Dense optical flow with masking

Question

I need to compute dense optical flow of vehicles between two consecutive frames recorded from an overhead camera. I am using an object detector for vehicle detection and Farneback algorithm for optical flow estimation in Python. Presently, the optical flow is computed for the entire image. However, I need to create a mask around the vehicles detected and compute dense optical flow only around the selected region. This will help to speed up optical flow estimation significantly. I can use any other form of dense optical flow estimation too, but not sparse optical flow (e.g., Lucas-Kanade method). One option can be to extract vehicle regions and input each vehicle region individually for optical flow estimation, but I am looking for a better solution.

flow = cv2.calcOpticalFlowFarneback(prvs,next, None, 0.5, 3, 15, 3, 5, 1.2, 0)

The expected optical flow result will be zero for non-vehicle masked region without any optical flow computation.

Answer 1

Unfortunately, acceleration the motion estimation with as you plan by masking or only providing the bounding boxes of your detector will be no good idea. If you use a dense optical flow approach you need to provide the whole image and compute the flow field for the whole image. If you overlay the image with by removing you will introduce artifical edges which will confuse the method. On the otherhand, input each vehicle region individually you will lose the ability of the dense flow method to compute larger(fast) motions. Methods such as farneback uses image pyramids to deal with large motion, i.e. they are based on downscaling the input image. If the regions are to small than this limits the ability to compute large motions. A possibility to reduce the runtime would be to apply a Sparse method such as (Lucas Kanade or RLOF) and apply the SparseToDense interpolation (e.g. EdgeAwareInterpolation in OpenCV) to your vehicle region and get the dense motion field for that area.

Answer 2

This can be a healthy approach for speed up, for some use-cases of optical flow.

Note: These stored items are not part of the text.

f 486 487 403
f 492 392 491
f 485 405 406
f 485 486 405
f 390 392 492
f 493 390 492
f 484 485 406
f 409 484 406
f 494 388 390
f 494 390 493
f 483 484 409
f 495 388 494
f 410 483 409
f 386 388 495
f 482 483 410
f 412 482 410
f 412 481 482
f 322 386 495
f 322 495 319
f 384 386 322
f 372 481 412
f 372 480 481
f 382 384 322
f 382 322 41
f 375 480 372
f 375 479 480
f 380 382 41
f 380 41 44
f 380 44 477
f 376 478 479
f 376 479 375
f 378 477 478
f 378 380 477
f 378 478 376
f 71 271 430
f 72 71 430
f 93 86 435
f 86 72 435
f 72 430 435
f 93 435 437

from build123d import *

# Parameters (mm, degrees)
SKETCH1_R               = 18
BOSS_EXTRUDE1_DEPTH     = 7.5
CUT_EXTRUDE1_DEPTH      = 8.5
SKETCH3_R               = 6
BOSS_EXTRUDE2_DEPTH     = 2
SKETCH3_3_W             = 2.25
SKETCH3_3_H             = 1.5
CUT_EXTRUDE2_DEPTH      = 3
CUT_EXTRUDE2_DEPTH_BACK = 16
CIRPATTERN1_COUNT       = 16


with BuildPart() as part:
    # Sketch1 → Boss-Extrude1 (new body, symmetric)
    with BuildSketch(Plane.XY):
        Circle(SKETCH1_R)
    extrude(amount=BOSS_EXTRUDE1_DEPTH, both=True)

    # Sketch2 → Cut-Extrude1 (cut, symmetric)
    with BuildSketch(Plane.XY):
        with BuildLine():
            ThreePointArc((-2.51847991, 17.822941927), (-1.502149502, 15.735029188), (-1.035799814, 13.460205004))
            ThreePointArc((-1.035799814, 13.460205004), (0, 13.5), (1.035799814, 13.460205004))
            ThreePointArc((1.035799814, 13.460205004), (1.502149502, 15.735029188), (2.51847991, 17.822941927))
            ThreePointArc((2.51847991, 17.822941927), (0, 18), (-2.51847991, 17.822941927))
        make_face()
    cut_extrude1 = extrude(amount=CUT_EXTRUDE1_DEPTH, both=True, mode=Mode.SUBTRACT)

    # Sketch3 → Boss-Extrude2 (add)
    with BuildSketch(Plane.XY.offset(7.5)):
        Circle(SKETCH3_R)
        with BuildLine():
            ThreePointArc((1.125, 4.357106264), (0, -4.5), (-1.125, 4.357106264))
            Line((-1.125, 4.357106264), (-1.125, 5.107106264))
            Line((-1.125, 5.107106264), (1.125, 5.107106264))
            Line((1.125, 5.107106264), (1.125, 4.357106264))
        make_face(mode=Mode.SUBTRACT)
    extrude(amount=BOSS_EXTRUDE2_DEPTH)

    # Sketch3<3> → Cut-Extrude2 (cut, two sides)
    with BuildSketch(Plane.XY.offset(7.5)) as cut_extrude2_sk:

To be sure we are on the same page, the optical flow will not directly be used as the main source of information for tracking the car. That is handled by another module... probably some object detector based on deep learning. This object detector is likely intense computation-wise (unless you got some special hardware for it, like a dedicated GPU or VPU).

The dense flow can be a great compliment, to get low-latency information about what is happening to the car and around it, and maybe be used as part of bootstrapping the later detector (providing a prior to the detector in the successive frames, as in a Kalman filter tracking sort of setting).

With this assumption, you can easily optimize your optical flow calculations as you mention. I would suggest you skip the notion of a dense mask here, just use the bounding box from your detector. This will be your region of interest for the flow calculation. If you are in frame t, where your detection is at, and want to use optical flow from 2 frames, t and t-1, then use the same bounding box for both frames. This will give you 2 ROIs, and those are fed to your dense optical flow module.

Each optical flow algorithm has support regions for their low-level operations, and they dont all handle image boundaries well. Therefore, make sure you supply ample extra space to your bounding boxes (as far as they can fit in the original video frames).

For clarity, if you have bounding box for car detection as bbox(x,y,w,h), you want a good margin m, so that the used bounding box for dense flow is bbox(x-m/2,y-m/2,w+m,h+m). The margin is something you want to set depending on your optical flow method (and its parameters).

edit: code for you here, you go. Note, I havent tested this at all:

// This is c++, since we are talking optimizations
// I am uncertain of they python wrappers, but below I am fairly certain
// will not make any deep copies outside of the flow module.
// Assume you have INew and IOld, the two frames of the video:
// assume your bounding box from your detector is a cv::Rect b
float m = 4.0; // 4 pixels as an example margin...
Rect boxFlow(b.x - m/2, b.y - m/2, b.width + m, b.height + m);
Mat roiNew(INew (boxFlow));
Mat roiOld(IOld (boxFlow));
Mat uflow;
calcOpticalFlowFarneback(roiOld, roiNew, uflow, 0.5, 3, 15, 3, 5, 1.2, 0);

However, depending on your setup, this may not be a significant speed up in the end. For above code, I dont know how memory is handled inside the flow module, and in your python version, I am even less certain how it will be handled.

Consider that in a streamlined dense optical flow approach (where you use same size data througout), you have the same size of your memory buffers in your pipeline. A naive implementation of the approach you mention would need to allocate memory dynamically, as the size and number of your bounding boxes will vary over time.